- [Task prompt]
Once the line with "solid = part.part" is found in the entries below, repeat it and each following line exactly, up to and including the line with "A parametric FreeCAD". Add no other lines.

- [Available records]
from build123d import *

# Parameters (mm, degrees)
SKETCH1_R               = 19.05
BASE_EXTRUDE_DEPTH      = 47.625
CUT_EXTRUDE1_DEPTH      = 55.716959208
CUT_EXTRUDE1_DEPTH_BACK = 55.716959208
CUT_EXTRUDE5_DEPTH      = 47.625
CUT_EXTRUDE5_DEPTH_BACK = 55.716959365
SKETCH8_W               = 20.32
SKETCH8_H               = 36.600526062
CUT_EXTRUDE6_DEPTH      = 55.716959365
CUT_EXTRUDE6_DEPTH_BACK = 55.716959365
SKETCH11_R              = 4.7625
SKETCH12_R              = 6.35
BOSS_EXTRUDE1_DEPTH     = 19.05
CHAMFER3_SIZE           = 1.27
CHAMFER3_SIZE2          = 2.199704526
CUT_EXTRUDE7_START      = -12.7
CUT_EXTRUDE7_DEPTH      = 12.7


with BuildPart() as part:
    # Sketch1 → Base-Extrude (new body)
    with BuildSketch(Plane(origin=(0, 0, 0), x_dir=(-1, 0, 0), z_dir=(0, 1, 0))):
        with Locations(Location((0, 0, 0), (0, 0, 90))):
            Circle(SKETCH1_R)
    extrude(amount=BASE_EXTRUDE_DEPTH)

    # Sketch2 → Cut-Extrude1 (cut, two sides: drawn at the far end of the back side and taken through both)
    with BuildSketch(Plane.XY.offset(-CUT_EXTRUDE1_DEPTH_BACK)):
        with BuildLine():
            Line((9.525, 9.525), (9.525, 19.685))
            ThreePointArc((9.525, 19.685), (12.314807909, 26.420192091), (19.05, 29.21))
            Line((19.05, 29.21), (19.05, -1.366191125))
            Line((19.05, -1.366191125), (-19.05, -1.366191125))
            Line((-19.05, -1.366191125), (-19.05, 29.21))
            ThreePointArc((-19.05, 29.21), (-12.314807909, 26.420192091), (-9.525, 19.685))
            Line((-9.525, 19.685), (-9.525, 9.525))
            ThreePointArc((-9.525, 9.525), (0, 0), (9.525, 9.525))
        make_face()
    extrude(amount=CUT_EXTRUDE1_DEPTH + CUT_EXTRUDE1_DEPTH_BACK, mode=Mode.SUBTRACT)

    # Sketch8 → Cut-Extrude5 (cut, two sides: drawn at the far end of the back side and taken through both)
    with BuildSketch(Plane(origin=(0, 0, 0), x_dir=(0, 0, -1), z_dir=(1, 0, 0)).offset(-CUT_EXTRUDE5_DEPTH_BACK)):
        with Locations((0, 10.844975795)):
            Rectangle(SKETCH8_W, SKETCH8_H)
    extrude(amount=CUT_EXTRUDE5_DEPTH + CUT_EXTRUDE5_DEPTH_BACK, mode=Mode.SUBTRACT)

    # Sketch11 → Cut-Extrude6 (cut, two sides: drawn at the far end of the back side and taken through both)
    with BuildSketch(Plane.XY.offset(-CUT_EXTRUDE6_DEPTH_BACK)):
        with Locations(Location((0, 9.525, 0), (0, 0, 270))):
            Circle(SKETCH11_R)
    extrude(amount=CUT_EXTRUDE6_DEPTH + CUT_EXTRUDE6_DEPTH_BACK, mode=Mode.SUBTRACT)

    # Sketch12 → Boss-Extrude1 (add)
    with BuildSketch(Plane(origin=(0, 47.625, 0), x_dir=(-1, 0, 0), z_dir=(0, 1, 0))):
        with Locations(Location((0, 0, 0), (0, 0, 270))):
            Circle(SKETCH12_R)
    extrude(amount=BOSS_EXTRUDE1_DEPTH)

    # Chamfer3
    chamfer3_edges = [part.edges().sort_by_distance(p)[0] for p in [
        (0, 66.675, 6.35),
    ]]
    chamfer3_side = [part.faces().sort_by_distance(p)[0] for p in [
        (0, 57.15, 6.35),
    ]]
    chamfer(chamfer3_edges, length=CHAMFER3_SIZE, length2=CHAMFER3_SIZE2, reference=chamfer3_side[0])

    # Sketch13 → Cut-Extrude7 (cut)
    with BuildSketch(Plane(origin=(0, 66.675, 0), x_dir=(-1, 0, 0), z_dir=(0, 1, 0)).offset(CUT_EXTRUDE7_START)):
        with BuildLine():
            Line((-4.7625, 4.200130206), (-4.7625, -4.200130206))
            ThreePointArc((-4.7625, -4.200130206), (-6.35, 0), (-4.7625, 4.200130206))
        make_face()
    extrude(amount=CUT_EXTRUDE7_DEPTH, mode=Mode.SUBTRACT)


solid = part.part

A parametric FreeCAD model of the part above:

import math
import FreeCAD as App
import Part
import Sketcher

V = App.Vector
Q = App.Units.Quantity


def edges_at(feature, points):
    """Names of the edges that pass closest to the given points."""
    edges = feature.Shape.Edges
    near = lambda p: min(range(len(edges)), key=lambda i: edges[i].distToShape(Part.Vertex(*p))[0])
    return sorted({f"Edge{near(p) + 1}" for p in points})

doc = App.newDocument("Part")
body = doc.addObject("PartDesign::Body", "Body")

# Sketch on XZ plane
sketch1 = body.newObject("Sketcher::SketchObject", "Sketch")
sketch1.AttachmentSupport = (doc.getObject("XZ_Plane"), [""])
sketch1.MapMode = "FlatFace"
sketch1.addGeometry(Part.Circle(V(0, 0, 0), V(0, 0, 1), 19), False)
sketch1.addConstraint([
    Sketcher.Constraint("Coincident", 0, 3, -1, 1),
    Sketcher.Constraint("Diameter", 0, Q("1.5 in")),
])
pad1 = body.newObject("PartDesign::Pad", "Pad")
pad1.Profile = sketch1
pad1.Length = Q("1.875 in")
pad1.Reversed = True

# Sketch on XY plane
sketch2 = body.newObject("Sketcher::SketchObject", "Sketch001")
sketch2.AttachmentSupport = (doc.getObject("XY_Plane"), [""])
sketch2.MapMode = "FlatFace"
sketch2.addGeometry([
    Part.LineSegment(V(10, 20, 0), V(10, 10, 0)),  # 0
    Part.ArcOfCircle(Part.Circle(V(0, 10, 0), V(0, 0, 1), 10), math.radians(180), math.radians(360)),  # 1
    Part.LineSegment(V(-10, 10, 0), V(-10, 20, 0)),  # 2
    Part.ArcOfCircle(Part.Circle(V(-19, 20, 0), V(0, 0, 1), 10), math.radians(0), math.radians(90)),  # 3
    Part.LineSegment(V(-19, 29, 0), V(-19, -1, 0)),  # 4
    Part.LineSegment(V(-19, -1, 0), V(19, -1, 0)),  # 5
    Part.LineSegment(V(19, -1, 0), V(19, 29, 0)),  # 6
    Part.ArcOfCircle(Part.Circle(V(19, 20, 0), V(0, 0, 1), 10), math.radians(90), math.radians(180)),  # 7
], False)
sketch2.addConstraint([
    Sketcher.Constraint("Tangent", 0, 2, 1, 2),
    Sketcher.Constraint("Tangent", 1, 1, 2, 1),
    Sketcher.Constraint("Tangent", 2, 2, 3, 1),
    Sketcher.Constraint("Coincident", 3, 2, 4, 1),
    Sketcher.Constraint("Coincident", 4, 2, 5, 1),
    Sketcher.Constraint("Coincident", 5, 2, 6, 1),
    Sketcher.Constraint("Coincident", 6, 2, 7, 1),
    Sketcher.Constraint("Tangent", 7, 2, 0, 1),
    Sketcher.Constraint("Vertical", 0),
    Sketcher.Constraint("Vertical", 2),
    Sketcher.Constraint("Vertical", 4),
    Sketcher.Constraint("Horizontal", 5),
    Sketcher.Constraint("Vertical", 6),
    Sketcher.Constraint("Equal", 1, 3),
    Sketcher.Constraint("Equal", 3, 7),
    Sketcher.Constraint("Symmetric", 3, 3, 7, 3, -2),
    Sketcher.Constraint("Vertical", 7, 3, 5, 2),
    Sketcher.Constraint("DistanceX", 5, 1, 5, 2, Q("1.5 in")),
    Sketcher.Constraint("DistanceY", 0, 2, 0, 1, Q("0.4 in")),
    Sketcher.Constraint("Radius", 1, Q("0.375 in")),
    Sketcher.Constraint("DistanceY", -1, 1, 3, 2, Q("1.15 in")),
    Sketcher.Constraint("DistanceY", 4, 2, 4, 1, 30.576191),
])
pocket1 = body.newObject("PartDesign::Pocket", "Pocket")
pocket1.Profile = sketch2
pocket1.Type = "ThroughAll"
pocket1.Midplane = True

# Sketch on YZ plane
sketch3 = body.newObject("Sketcher::SketchObject", "Sketch002")
sketch3.AttachmentSupport = (doc.getObject("YZ_Plane"), [""])
sketch3.MapMode = "FlatFace"
sketch3.addGeometry([
    Part.LineSegment(V(29, 10, 0), V(-7, 10, 0)),
    Part.LineSegment(V(-7, 10, 0), V(-7, -10, 0)),
    Part.LineSegment(V(-7, -10, 0), V(29, -10, 0)),
    Part.LineSegment(V(29, -10, 0), V(29, 10, 0)),
], False)
sketch3.addConstraint([
    Sketcher.Constraint("Coincident", 0, 2, 1, 1),
    Sketcher.Constraint("Coincident", 1, 2, 2, 1),
    Sketcher.Constraint("Coincident", 2, 2, 3, 1),
    Sketcher.Constraint("Coincident", 3, 2, 0, 1),
    Sketcher.Constraint("Horizontal", 0),
    Sketcher.Constraint("Vertical", 1),
    Sketcher.Constraint("Horizontal", 2),
    Sketcher.Constraint("Vertical", 3),
    Sketcher.Constraint("DistanceY", 1, 2, 1, 1, Q("0.8 in")),
    Sketcher.Constraint("DistanceY", -1, 1, 0, 2, Q("0.4 in")),
    Sketcher.Constraint("DistanceX", 0, 2, 0, 1, 36.600526),
    Sketcher.Constraint("DistanceX", -1, 1, 2, 2, 29.145239),
])
pocket2 = body.newObject("PartDesign::Pocket", "Pocket001")
pocket2.Profile = sketch3
pocket2.Type = "ThroughAll"
pocket2.Midplane = True

# Sketch on XY plane
sketch4 = body.newObject("Sketcher::SketchObject", "Sketch003")
sketch4.AttachmentSupport = (doc.getObject("XY_Plane"), [""])
sketch4.MapMode = "FlatFace"
sketch4.addGeometry(Part.Circle(V(0, 9.5, 0), V(0, 0, 1), 4.8), False)
sketch4.addConstraint([
    Sketcher.Constraint("PointOnObject", 0, 3, -2),
    Sketcher.Constraint("Diameter", 0, Q("0.375 in")),
    Sketcher.Constraint("DistanceY", -1, 1, 0, 3, Q("0.375 in")),
])
pocket3 = body.newObject("PartDesign::Pocket", "Pocket002")
pocket3.Profile = sketch4
pocket3.Type = "ThroughAll"
pocket3.Midplane = True

# Sketch on XZ plane
sketch5 = body.newObject("Sketcher::SketchObject", "Sketch004")
sketch5.AttachmentSupport = (doc.getObject("XZ_Plane"), [""])
sketch5.MapMode = "FlatFace"
sketch5.AttachmentOffset = App.Placement(V(0, 0, -1.875 * 25.4), App.Rotation())
sketch5.addGeometry(Part.Circle(V(0, 0, 0), V(0, 0, 1), 6), False)
sketch5.addConstraint([
    Sketcher.Constraint("Coincident", 0, 3, -1, 1),
    Sketcher.Constraint("Diameter", 0, Q("0.5 in")),
])
pad2 = body.newObject("PartDesign::Pad", "Pad001")
pad2.Profile = sketch5
pad2.Length = Q("0.75 in")
pad2.Reversed = True
doc.recompute()

chamfer = body.newObject("PartDesign::Chamfer", "Chamfer")
chamfer.Base = (pad2, edges_at(pad2, [(0, 66.675, 6.35)]))
chamfer.ChamferType = "Two distances"
chamfer.Size = Q("0.05 in")
chamfer.Size2 = 2.199705

# Sketch on XZ plane
sketch6 = body.newObject("Sketcher::SketchObject", "Sketch005")
sketch6.AttachmentSupport = (doc.getObject("XZ_Plane"), [""])
sketch6.MapMode = "FlatFace"
sketch6.AttachmentOffset = App.Placement(V(0, 0, -2.125 * 25.4), App.Rotation())
sketch6.addGeometry([
    Part.LineSegment(V(5, -4, 0), V(5, 4, 0)),
    Part.ArcOfCircle(Part.Circle(V(0, 0, 0), V(0, 0, 1), 6), math.radians(-41), math.radians(41)),
], False)
sketch6.addConstraint([
    Sketcher.Constraint("Coincident", 0, 1, 1, 1),
    Sketcher.Constraint("Coincident", 1, 2, 0, 2),
    Sketcher.Constraint("Vertical", 0),
    Sketcher.Constraint("Coincident", 1, 3, -1, 1),
    Sketcher.Constraint("Radius", 1, Q("0.25 in")),
    Sketcher.Constraint("DistanceX", -1, 1, 0, 1, Q("0.1875 in")),
])
pocket4 = body.newObject("PartDesign::Pocket", "Pocket003")
pocket4.Profile = sketch6
pocket4.Length = Q("0.5 in")

doc.recompute()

- [Solution to the problem]
solid = part.part

A parametric FreeCAD model of the part above:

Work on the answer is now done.